Items listed in a dataset:
((

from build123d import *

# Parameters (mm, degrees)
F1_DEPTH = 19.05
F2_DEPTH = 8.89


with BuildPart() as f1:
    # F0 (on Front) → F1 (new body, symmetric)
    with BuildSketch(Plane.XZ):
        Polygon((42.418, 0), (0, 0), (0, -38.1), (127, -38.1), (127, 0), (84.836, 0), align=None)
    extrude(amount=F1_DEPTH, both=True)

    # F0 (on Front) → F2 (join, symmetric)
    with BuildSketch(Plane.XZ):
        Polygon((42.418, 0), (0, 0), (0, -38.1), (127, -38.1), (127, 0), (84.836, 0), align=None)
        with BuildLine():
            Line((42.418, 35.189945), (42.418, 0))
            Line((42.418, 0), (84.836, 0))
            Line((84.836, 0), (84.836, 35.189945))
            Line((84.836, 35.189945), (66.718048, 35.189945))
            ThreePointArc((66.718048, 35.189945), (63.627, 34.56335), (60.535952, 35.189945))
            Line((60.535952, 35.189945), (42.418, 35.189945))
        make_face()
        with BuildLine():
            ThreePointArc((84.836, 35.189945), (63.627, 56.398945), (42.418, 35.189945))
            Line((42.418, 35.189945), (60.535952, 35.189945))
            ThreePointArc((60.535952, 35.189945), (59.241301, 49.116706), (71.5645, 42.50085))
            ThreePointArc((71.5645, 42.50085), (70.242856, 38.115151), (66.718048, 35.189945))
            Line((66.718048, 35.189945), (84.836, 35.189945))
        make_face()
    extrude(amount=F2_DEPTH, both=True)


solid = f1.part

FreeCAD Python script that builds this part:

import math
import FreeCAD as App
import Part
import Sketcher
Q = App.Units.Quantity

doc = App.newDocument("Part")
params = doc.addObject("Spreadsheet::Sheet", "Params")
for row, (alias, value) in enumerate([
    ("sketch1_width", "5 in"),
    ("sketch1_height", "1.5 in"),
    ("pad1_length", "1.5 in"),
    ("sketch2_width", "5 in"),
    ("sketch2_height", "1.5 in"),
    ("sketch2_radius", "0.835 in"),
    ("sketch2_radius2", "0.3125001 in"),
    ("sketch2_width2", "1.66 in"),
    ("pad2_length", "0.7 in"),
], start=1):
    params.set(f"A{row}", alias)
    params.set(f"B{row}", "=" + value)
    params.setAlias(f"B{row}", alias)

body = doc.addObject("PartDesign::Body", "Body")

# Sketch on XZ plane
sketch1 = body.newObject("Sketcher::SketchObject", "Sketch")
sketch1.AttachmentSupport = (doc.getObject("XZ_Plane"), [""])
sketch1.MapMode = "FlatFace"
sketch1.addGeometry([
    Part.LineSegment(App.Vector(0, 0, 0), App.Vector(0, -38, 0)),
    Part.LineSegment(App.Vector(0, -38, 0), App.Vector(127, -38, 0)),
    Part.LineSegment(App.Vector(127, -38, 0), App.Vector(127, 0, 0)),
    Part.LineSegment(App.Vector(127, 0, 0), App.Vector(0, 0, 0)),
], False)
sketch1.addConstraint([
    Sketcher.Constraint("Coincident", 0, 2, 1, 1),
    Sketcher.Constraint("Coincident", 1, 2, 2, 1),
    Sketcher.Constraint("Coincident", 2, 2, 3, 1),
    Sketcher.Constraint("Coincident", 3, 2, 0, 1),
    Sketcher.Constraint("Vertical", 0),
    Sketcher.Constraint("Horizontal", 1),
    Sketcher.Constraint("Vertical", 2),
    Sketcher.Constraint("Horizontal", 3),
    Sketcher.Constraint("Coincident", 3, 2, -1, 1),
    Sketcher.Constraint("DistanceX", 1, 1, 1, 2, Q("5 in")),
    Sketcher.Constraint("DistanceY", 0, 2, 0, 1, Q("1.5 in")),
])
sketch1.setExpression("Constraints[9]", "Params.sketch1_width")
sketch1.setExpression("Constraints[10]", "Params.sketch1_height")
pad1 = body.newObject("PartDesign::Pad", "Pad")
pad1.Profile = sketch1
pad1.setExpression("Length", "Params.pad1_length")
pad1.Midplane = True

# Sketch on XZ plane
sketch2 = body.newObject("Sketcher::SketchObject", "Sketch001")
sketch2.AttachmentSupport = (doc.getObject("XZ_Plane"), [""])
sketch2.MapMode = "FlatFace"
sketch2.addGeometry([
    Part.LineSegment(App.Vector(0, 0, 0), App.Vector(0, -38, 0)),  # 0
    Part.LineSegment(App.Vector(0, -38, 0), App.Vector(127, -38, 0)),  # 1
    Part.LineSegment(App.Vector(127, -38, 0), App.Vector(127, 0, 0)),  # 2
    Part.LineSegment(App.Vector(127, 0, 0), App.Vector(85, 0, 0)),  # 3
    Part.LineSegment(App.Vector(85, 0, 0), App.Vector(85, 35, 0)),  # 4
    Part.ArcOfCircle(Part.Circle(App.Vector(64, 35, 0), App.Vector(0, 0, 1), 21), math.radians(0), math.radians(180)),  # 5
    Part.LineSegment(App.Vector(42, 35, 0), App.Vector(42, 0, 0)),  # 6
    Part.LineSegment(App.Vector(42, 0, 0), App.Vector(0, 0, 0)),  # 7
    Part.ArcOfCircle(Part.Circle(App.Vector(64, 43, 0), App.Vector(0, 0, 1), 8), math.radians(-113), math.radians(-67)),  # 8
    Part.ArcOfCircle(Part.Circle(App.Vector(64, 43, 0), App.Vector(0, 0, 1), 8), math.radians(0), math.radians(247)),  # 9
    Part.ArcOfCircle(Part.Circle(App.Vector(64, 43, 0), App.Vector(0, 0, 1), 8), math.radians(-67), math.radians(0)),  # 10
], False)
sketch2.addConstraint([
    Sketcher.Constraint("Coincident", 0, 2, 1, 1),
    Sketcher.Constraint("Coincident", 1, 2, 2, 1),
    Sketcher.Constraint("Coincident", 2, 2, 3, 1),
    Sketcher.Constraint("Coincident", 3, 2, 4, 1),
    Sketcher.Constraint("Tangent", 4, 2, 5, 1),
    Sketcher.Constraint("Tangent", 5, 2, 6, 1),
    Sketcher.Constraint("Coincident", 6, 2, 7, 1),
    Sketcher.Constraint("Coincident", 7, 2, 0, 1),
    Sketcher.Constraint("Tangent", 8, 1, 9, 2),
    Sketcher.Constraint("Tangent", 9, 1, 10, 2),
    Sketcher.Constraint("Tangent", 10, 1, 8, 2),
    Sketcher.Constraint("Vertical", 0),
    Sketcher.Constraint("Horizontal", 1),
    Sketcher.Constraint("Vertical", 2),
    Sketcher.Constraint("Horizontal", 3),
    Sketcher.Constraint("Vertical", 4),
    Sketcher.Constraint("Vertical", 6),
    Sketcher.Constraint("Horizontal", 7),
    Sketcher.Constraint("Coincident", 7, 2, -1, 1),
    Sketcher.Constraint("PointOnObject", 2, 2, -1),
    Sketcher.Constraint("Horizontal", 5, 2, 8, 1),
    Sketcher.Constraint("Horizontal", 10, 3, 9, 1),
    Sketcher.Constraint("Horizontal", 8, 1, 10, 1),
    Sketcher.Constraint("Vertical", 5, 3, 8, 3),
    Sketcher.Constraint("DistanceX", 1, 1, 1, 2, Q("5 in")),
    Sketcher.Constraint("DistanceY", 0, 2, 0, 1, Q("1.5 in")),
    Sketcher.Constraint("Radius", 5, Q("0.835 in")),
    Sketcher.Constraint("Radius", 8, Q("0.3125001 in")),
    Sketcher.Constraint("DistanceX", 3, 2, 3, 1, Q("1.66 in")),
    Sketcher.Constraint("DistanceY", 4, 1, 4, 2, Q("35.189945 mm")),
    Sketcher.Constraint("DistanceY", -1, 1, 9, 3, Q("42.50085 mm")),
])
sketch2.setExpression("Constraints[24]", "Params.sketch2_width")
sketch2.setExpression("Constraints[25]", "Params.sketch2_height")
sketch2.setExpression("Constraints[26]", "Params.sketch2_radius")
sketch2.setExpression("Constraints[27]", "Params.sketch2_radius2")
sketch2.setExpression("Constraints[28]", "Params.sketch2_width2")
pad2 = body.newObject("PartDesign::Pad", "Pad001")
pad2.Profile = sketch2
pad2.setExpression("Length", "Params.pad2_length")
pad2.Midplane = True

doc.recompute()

))

#### Work task:
Make a copy of each line in the records that has the word "Front".

#### Answer area:
    # F0 (on Front) → F1 (new body, symmetric)
    # F0 (on Front) → F2 (join, symmetric)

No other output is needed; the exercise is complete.